Archibald Carter

Elite British officials devised the Round Table Conference and famous politicians drove its politics. Its functioning, however, was down to the coordinating efforts of (Richard Henry) Archibald Carter (1887-1958), the conference Secretary-General. Carter in many ways was a typical civil servant. Educated at Eton and Trinity College, Cambridge, his work at the India Office in London earned him the Secretary-Generalship. He oversaw the minutiae of the meetings, from document circulation to expenses and lodgings. What makes Carter unusual is his relative lack of archival trace. No private papers or memoir survives, although his initials appear on countless documents and in many notes of thanks, including one from the Secretary of State for India, who wrote to Carter on 27th January 1931 on behalf of the Prime Minster, praising his tireless energy in doing the ‘…heavywork behind the scenes’.

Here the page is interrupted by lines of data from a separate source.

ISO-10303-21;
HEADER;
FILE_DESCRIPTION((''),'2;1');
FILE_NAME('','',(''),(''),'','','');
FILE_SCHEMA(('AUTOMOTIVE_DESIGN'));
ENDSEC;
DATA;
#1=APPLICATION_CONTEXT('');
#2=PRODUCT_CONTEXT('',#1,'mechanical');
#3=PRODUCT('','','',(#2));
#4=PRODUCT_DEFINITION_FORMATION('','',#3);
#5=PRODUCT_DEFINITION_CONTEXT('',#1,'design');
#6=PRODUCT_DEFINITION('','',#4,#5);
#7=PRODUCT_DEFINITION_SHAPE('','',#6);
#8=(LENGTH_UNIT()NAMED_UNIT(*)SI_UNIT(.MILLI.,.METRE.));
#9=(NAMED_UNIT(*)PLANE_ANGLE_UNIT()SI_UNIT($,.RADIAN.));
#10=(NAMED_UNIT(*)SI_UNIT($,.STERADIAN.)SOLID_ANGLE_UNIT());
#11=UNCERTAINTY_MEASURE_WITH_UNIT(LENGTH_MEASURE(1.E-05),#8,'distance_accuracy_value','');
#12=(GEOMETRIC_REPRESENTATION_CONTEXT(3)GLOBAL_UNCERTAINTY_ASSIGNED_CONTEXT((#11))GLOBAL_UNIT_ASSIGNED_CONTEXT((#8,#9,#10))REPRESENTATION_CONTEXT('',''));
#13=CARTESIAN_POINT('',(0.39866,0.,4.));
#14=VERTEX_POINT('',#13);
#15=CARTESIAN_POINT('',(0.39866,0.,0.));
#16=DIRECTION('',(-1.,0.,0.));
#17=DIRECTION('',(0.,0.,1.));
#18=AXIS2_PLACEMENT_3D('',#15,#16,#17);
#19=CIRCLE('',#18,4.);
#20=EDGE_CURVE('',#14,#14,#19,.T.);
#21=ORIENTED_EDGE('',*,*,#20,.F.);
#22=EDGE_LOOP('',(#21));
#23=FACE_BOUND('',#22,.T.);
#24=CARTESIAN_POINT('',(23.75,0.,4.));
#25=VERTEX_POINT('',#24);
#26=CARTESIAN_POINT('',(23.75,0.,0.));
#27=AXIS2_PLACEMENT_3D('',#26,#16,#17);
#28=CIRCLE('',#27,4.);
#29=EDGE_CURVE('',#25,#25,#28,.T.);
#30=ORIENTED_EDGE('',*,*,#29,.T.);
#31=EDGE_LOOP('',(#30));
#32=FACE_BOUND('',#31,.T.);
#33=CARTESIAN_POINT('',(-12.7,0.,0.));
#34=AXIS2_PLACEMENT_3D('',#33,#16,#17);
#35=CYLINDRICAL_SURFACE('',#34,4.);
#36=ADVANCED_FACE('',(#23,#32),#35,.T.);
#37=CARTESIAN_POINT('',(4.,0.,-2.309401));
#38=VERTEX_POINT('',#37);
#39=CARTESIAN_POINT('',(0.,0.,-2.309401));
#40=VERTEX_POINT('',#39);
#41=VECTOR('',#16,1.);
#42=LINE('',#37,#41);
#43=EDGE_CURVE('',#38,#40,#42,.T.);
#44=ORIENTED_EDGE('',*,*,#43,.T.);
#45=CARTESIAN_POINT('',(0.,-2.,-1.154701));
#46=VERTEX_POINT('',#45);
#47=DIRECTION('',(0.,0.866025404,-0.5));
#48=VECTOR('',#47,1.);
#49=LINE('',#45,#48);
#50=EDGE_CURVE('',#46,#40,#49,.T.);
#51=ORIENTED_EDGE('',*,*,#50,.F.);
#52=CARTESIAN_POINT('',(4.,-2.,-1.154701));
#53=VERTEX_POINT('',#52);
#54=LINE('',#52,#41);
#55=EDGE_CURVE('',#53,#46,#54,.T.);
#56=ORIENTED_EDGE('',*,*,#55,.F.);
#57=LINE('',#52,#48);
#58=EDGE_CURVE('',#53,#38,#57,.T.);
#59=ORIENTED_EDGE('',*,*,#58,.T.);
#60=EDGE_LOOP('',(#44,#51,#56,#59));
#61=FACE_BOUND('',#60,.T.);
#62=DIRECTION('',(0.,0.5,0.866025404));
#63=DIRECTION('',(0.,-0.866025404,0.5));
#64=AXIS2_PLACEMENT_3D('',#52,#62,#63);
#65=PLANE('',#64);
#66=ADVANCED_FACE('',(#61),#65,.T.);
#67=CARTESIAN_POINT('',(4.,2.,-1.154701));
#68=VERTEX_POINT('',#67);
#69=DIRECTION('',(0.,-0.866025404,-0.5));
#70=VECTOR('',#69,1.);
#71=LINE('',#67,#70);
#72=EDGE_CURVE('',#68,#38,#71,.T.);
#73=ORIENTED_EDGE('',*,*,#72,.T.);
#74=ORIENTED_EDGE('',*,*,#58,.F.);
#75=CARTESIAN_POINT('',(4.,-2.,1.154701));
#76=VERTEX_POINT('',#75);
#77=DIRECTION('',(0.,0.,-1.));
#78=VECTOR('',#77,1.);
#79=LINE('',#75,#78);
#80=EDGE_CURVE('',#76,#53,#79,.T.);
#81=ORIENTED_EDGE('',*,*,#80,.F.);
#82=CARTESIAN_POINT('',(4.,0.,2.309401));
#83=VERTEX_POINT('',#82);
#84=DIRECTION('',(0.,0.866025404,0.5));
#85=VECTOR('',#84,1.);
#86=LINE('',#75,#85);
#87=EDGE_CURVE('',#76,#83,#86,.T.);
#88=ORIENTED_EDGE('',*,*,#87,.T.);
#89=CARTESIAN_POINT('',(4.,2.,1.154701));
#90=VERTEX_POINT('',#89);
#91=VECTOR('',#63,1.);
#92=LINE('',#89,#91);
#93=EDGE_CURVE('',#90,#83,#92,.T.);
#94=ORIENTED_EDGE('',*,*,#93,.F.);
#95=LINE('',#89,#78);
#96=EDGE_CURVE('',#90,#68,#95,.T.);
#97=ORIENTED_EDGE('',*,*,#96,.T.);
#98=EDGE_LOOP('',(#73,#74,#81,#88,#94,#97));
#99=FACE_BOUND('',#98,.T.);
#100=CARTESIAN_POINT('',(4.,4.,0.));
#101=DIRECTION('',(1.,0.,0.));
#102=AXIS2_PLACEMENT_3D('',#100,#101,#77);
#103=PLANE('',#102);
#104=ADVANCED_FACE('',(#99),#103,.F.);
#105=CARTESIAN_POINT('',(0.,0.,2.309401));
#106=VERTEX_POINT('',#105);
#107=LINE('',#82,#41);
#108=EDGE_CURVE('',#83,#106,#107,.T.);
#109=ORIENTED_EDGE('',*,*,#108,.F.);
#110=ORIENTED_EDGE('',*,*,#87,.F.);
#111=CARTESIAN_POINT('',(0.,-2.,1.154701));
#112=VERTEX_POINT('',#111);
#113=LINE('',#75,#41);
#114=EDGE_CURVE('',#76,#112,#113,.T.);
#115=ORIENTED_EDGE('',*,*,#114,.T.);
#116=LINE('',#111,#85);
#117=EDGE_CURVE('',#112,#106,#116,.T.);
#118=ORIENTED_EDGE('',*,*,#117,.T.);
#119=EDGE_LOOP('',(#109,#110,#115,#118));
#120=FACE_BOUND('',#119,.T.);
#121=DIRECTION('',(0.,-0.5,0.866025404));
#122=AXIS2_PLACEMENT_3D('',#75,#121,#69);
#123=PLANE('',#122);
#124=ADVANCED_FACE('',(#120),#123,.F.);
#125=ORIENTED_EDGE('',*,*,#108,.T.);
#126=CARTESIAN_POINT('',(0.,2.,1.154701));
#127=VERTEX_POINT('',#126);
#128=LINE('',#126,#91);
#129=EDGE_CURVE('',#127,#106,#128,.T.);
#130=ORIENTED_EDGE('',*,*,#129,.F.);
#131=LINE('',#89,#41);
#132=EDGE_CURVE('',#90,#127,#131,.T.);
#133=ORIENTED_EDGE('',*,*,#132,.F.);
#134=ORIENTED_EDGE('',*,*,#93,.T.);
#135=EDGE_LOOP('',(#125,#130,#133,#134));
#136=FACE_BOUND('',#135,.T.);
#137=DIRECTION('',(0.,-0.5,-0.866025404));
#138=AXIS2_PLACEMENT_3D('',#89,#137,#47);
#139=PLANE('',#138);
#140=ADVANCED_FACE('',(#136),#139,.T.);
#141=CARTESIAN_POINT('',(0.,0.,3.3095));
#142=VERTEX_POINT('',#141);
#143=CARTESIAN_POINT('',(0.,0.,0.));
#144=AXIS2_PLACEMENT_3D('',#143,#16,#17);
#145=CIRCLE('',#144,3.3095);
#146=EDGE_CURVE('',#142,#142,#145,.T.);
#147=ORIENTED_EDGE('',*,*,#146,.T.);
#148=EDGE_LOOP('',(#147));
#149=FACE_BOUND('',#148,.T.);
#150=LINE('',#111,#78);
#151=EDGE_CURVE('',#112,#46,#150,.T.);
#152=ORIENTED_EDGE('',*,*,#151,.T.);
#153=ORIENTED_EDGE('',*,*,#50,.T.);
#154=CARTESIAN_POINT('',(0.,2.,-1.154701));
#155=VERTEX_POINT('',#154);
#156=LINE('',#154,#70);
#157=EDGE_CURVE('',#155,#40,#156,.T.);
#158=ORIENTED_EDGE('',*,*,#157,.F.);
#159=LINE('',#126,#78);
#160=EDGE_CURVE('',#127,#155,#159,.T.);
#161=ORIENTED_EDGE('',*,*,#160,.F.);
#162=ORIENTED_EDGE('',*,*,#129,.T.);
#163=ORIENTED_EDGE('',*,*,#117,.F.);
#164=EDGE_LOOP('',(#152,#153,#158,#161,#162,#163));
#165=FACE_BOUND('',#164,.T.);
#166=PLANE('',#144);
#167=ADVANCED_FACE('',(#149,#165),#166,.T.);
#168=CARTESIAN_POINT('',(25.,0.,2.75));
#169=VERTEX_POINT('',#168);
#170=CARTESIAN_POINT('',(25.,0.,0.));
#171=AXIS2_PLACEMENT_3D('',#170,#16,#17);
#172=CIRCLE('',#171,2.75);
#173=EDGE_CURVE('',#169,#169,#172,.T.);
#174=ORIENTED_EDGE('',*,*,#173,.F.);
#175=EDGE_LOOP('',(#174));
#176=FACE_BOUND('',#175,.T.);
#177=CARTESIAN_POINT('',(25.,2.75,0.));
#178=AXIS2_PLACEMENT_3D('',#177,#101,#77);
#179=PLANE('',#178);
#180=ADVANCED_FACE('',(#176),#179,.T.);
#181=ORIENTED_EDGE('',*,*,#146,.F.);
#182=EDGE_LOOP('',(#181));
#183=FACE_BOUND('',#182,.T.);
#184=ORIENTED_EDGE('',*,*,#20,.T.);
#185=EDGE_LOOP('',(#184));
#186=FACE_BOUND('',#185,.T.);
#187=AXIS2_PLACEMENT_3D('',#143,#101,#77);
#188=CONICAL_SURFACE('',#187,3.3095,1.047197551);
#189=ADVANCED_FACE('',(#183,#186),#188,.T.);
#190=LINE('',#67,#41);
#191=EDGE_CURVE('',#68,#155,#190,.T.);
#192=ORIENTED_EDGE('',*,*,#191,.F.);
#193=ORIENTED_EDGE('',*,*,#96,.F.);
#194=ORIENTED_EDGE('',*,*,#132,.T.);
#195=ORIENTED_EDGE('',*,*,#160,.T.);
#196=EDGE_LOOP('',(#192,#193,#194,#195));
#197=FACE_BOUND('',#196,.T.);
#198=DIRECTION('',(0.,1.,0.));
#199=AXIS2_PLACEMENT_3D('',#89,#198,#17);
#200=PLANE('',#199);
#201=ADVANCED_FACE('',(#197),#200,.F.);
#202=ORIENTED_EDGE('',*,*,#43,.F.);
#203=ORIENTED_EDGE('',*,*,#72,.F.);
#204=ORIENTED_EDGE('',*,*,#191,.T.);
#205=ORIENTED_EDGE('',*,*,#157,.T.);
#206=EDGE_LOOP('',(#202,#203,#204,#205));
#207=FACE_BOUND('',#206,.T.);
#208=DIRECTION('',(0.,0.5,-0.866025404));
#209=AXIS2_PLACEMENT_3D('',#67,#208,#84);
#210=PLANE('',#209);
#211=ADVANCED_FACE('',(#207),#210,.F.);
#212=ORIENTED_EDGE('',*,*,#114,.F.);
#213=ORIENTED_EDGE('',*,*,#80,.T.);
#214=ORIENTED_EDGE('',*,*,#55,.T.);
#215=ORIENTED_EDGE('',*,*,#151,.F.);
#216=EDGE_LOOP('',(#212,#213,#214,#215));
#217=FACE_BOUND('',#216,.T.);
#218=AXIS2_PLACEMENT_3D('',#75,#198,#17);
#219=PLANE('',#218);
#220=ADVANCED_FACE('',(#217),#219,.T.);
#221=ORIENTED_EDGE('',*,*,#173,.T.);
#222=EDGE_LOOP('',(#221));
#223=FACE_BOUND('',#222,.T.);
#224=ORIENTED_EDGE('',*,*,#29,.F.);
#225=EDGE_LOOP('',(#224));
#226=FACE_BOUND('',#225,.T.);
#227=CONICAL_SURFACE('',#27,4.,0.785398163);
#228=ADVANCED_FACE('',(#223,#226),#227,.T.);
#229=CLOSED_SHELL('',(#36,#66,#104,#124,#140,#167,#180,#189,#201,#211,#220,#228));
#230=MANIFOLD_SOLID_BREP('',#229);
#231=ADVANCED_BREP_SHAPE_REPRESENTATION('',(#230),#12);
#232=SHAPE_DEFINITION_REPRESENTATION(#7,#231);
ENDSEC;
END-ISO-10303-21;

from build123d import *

# Parameters (mm, degrees)
HEX_2_DEPTH = 4


with BuildPart() as part:
    # BodySke → BaseBody (revolve)
    with BuildSketch(Plane.XY, mode=Mode.PRIVATE) as basebody_sk:
        Polygon((0, 0), (0, 3.3095), (0.398660361, 4), (23.75, 4), (25, 2.75), (25, 0), align=None)
    revolve(basebody_sk.sketch.rotate(Axis((-12.7, 0, 0), (1, 0, 0)), 90), axis=Axis((-12.7, 0, 0), (1, 0, 0)))

    # Sketch2 → Hex 2 (cut)
    with BuildSketch(Plane.ZY):
        Polygon((1.154700538, 2), (-1.154700538, 2), (-2.309401077, 0), (-1.154700538, -2), (1.154700538, -2), (2.309401077, 0), align=None)
    extrude(amount=-HEX_2_DEPTH, mode=Mode.SUBTRACT)


solid = part.part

ILN 39.11.25. Carter Churchill elusive.jpg

After the Round Table Conference, Carter served in the India Office before being appointed Permanent Secretary of the Admiralty between 1936-40. As the senior most civil servant responsible for the Royal Navy, Carter answered directly to the First Lord of the Admiralty, who from 3rd September 1939 was Winston Churchill. Sitting to Churchill’s left here, Carter almost manages to avoid the lens entirely.